**What to work on**
Every line below between the line holding "v 11.424 -8.3 4.121" and the line holding "v -1.72 0.531 0", inclusive, should be repeated exactly, and all other lines omitted.

[Saved data entries]

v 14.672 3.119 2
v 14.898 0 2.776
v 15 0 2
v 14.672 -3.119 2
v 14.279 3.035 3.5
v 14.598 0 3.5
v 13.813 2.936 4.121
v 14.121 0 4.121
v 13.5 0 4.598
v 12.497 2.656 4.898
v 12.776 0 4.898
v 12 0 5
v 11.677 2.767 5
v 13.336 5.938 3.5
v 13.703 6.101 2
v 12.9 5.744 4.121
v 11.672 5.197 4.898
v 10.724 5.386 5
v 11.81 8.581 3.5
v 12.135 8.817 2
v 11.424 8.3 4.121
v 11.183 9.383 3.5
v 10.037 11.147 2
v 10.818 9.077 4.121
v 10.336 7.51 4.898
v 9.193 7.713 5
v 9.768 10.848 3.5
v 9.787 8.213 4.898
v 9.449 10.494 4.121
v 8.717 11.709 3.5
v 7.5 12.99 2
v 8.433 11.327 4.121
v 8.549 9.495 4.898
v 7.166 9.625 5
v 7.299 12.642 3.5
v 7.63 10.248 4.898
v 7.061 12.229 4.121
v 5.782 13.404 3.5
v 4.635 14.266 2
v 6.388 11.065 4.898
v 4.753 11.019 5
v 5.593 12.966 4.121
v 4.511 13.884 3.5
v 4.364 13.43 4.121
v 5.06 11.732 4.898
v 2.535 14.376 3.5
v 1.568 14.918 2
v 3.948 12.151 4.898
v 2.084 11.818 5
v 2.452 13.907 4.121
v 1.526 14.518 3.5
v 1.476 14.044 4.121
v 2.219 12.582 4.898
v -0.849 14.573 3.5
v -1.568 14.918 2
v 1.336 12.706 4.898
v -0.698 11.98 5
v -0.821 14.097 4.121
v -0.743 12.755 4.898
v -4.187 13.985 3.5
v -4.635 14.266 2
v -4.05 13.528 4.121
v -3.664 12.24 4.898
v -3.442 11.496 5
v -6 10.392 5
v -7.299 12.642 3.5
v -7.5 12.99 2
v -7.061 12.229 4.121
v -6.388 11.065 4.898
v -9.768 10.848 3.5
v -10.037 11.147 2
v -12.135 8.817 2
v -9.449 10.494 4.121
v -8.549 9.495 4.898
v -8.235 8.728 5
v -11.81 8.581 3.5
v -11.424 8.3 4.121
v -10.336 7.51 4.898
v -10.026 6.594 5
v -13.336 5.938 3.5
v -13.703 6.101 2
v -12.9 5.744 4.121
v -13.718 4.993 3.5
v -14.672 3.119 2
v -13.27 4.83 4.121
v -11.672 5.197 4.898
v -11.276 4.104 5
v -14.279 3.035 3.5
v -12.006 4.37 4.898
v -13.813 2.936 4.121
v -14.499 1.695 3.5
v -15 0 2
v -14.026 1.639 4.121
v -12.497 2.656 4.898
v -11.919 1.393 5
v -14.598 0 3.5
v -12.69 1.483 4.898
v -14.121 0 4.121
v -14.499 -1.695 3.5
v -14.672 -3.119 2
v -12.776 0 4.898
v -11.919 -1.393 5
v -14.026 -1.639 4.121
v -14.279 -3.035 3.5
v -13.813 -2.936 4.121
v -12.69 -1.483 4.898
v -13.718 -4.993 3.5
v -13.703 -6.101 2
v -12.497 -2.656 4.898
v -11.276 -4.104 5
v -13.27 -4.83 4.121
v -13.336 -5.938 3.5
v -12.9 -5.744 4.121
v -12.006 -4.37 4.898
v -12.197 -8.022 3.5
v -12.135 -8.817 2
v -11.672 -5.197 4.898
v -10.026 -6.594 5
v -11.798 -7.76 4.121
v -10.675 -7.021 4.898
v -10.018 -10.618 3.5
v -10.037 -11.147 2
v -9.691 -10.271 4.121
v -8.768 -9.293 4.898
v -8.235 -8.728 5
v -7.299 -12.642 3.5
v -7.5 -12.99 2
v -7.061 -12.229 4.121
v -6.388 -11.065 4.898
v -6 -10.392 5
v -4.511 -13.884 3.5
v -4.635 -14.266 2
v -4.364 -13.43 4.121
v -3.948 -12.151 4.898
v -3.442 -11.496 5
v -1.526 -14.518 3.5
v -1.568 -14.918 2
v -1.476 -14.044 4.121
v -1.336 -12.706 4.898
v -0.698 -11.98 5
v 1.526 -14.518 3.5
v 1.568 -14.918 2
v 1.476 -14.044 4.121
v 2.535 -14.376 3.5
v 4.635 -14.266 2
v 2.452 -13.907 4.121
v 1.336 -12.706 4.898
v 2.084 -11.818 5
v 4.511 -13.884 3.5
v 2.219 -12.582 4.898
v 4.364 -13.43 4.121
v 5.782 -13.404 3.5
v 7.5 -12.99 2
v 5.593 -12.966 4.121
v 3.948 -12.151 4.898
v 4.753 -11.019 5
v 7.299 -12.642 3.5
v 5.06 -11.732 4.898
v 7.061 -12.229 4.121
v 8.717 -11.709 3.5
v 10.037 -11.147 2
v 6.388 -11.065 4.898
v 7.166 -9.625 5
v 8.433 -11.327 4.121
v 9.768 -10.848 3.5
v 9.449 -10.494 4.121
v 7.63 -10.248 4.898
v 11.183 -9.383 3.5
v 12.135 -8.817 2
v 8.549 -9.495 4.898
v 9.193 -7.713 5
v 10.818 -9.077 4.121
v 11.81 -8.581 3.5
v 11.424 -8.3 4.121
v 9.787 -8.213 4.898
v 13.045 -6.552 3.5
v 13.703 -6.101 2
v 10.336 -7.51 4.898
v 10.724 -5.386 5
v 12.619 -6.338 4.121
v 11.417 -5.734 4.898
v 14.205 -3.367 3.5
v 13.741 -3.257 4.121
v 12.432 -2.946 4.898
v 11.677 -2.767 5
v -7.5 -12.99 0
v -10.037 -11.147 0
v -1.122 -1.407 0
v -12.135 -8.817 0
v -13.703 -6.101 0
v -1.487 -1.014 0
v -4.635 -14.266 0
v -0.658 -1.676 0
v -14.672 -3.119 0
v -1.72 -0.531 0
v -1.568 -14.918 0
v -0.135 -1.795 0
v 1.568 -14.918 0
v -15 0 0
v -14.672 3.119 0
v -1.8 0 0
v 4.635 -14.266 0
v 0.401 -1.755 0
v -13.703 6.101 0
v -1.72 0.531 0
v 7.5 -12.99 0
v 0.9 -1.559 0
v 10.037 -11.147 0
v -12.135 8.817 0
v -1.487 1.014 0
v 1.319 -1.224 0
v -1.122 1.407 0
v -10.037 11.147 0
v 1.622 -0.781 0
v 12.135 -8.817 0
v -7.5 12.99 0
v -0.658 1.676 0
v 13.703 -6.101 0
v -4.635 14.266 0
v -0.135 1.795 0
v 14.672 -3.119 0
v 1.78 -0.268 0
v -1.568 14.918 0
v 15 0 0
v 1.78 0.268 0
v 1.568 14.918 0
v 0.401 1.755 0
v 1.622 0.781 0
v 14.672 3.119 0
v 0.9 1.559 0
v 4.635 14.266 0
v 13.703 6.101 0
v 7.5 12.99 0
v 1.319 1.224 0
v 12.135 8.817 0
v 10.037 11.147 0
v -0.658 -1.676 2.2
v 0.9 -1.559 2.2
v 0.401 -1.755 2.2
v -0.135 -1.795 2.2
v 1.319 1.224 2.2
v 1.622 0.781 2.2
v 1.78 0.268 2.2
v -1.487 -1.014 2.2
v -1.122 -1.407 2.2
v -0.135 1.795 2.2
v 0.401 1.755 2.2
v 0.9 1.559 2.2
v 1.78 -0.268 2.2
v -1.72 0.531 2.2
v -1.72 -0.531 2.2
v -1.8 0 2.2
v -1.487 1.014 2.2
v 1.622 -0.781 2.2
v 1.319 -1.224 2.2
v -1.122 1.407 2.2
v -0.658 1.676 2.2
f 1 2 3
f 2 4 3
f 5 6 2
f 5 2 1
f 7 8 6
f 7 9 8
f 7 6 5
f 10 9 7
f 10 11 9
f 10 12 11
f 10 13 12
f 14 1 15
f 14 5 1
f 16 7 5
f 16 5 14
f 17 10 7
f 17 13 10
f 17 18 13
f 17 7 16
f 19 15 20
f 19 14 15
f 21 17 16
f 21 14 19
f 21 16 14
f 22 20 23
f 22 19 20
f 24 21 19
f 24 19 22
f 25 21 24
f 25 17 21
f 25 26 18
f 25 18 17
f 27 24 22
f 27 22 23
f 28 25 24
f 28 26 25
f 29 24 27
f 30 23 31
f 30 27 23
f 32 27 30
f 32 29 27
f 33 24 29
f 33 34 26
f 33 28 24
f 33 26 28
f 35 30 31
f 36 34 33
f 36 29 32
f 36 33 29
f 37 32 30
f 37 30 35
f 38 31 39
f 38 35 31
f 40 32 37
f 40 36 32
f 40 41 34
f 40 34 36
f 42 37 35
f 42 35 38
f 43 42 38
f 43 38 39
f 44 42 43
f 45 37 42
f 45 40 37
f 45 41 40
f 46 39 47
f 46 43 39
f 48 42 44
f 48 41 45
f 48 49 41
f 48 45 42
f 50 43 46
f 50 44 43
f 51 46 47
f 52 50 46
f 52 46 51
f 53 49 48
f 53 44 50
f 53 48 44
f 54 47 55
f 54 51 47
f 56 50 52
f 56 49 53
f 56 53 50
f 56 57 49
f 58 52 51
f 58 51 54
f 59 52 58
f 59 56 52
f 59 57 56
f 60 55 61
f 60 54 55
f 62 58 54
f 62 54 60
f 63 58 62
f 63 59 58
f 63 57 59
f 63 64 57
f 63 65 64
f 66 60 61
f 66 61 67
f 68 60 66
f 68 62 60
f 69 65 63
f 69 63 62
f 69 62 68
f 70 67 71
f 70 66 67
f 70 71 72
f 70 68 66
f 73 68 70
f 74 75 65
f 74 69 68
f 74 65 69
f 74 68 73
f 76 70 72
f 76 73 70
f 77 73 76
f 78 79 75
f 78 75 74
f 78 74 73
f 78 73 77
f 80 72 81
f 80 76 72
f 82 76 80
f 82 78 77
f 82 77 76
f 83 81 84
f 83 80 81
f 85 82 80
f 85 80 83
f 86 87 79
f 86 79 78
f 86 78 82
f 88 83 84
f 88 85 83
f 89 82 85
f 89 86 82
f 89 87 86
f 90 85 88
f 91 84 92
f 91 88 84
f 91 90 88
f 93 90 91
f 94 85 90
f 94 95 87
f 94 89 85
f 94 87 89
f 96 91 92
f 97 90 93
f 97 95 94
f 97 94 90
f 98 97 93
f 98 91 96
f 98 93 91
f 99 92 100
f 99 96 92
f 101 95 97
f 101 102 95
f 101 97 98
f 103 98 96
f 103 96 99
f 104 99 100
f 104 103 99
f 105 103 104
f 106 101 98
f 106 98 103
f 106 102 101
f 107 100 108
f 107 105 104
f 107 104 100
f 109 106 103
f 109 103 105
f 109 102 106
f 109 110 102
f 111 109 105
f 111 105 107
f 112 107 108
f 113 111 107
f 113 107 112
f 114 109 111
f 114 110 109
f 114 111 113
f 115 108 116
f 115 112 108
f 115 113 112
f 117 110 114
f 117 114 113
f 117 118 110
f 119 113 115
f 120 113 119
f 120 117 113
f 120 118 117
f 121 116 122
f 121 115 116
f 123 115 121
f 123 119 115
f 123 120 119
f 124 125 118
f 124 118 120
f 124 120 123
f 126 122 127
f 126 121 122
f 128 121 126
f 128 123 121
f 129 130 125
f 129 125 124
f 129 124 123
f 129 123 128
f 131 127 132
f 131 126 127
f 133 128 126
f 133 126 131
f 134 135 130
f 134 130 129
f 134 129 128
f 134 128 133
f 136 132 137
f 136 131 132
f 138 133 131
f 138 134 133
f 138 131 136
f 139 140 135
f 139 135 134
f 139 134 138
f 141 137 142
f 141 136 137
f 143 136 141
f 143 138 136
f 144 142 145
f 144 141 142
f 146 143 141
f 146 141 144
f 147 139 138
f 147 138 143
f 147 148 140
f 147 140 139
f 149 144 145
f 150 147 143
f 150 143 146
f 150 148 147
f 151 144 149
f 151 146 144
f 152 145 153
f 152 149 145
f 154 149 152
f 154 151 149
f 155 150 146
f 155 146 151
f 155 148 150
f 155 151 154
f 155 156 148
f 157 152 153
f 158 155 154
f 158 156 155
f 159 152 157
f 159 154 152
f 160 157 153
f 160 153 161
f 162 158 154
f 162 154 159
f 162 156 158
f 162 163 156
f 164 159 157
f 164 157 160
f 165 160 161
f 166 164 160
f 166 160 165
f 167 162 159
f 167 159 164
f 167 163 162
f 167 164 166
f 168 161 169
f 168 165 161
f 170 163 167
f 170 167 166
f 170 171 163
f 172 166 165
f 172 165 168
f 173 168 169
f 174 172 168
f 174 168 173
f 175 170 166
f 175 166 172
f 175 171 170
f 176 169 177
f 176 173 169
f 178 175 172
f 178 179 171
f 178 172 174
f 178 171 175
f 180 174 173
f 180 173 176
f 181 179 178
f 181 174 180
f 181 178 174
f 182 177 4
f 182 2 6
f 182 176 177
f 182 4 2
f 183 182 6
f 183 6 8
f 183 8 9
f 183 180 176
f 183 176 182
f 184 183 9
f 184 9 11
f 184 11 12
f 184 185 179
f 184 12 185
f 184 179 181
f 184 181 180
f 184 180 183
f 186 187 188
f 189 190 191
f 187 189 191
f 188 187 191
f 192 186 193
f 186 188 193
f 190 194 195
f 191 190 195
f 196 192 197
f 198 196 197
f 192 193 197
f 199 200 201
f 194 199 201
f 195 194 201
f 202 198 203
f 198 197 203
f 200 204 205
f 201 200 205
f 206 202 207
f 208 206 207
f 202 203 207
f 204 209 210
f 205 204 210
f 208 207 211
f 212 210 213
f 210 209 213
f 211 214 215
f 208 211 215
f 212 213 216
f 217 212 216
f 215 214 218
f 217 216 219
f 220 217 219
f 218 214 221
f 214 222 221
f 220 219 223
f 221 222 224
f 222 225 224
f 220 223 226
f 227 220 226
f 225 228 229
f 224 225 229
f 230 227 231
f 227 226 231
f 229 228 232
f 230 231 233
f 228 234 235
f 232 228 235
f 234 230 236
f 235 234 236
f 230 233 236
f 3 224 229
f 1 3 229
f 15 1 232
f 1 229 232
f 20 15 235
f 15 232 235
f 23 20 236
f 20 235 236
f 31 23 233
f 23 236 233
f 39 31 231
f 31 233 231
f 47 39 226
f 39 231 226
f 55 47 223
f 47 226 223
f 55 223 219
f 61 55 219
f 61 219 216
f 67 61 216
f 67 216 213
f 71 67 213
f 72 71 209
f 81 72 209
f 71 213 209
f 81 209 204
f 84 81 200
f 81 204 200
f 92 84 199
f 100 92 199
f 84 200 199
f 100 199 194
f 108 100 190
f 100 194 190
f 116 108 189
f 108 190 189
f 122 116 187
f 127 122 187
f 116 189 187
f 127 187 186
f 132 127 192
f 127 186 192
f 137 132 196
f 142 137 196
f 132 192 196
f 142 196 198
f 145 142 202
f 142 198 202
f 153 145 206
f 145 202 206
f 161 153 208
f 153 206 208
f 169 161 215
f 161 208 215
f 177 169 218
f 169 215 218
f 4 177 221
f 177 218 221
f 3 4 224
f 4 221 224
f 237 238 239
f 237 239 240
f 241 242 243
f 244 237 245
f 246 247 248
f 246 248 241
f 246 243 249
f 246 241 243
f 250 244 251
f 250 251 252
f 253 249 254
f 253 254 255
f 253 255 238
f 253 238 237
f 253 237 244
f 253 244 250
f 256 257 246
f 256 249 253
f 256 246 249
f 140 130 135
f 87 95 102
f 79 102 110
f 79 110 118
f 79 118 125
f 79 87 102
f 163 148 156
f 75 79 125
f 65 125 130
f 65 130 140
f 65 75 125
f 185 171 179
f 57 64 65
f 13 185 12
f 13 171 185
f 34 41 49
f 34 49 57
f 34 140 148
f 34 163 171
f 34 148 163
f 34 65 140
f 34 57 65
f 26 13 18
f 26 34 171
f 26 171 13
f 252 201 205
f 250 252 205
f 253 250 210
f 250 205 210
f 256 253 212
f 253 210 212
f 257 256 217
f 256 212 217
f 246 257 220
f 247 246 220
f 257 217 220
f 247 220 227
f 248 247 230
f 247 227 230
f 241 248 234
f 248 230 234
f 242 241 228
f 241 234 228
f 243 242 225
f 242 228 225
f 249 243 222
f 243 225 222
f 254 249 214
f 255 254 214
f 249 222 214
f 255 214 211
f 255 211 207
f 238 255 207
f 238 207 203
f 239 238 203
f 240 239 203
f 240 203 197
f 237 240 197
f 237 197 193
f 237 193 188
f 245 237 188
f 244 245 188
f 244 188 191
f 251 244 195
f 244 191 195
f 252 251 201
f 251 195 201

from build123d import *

# Parameters (mm, degrees)
SKETCH1_R           = 15
BOSS_EXTRUDE1_DEPTH = 5
FILLET1_R           = 3
SKETCH2_R           = 1.8
CUT_EXTRUDE1_DEPTH  = 2.2


with BuildPart() as part:
    # Sketch1 → Boss-Extrude1 (new body)
    with BuildSketch(Plane.XY):
        Circle(SKETCH1_R)
    extrude(amount=BOSS_EXTRUDE1_DEPTH)

    # Fillet1
    fillet1_edges = [part.edges().sort_by_distance(p)[0] for p in [
        (-15, 0, 5),
    ]]
    fillet(fillet1_edges, radius=FILLET1_R)

    # Sketch2 → Cut-Extrude1 (cut)
    with BuildSketch(Plane(origin=(0, 0, 0), x_dir=(-1, 0, 0), z_dir=(0, 0, -1))):
        Circle(SKETCH2_R)
    extrude(amount=-CUT_EXTRUDE1_DEPTH, mode=Mode.SUBTRACT)


solid = part.part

**Task response**
v 11.424 -8.3 4.121
v 9.787 -8.213 4.898
v 13.045 -6.552 3.5
v 13.703 -6.101 2
v 10.336 -7.51 4.898
v 10.724 -5.386 5
v 12.619 -6.338 4.121
v 11.417 -5.734 4.898
v 14.205 -3.367 3.5
v 13.741 -3.257 4.121
v 12.432 -2.946 4.898
v 11.677 -2.767 5
v -7.5 -12.99 0
v -10.037 -11.147 0
v -1.122 -1.407 0
v -12.135 -8.817 0
v -13.703 -6.101 0
v -1.487 -1.014 0
v -4.635 -14.266 0
v -0.658 -1.676 0
v -14.672 -3.119 0
v -1.72 -0.531 0
v -1.568 -14.918 0
v -0.135 -1.795 0
v 1.568 -14.918 0
v -15 0 0
v -14.672 3.119 0
v -1.8 0 0
v 4.635 -14.266 0
v 0.401 -1.755 0
v -13.703 6.101 0
v -1.72 0.531 0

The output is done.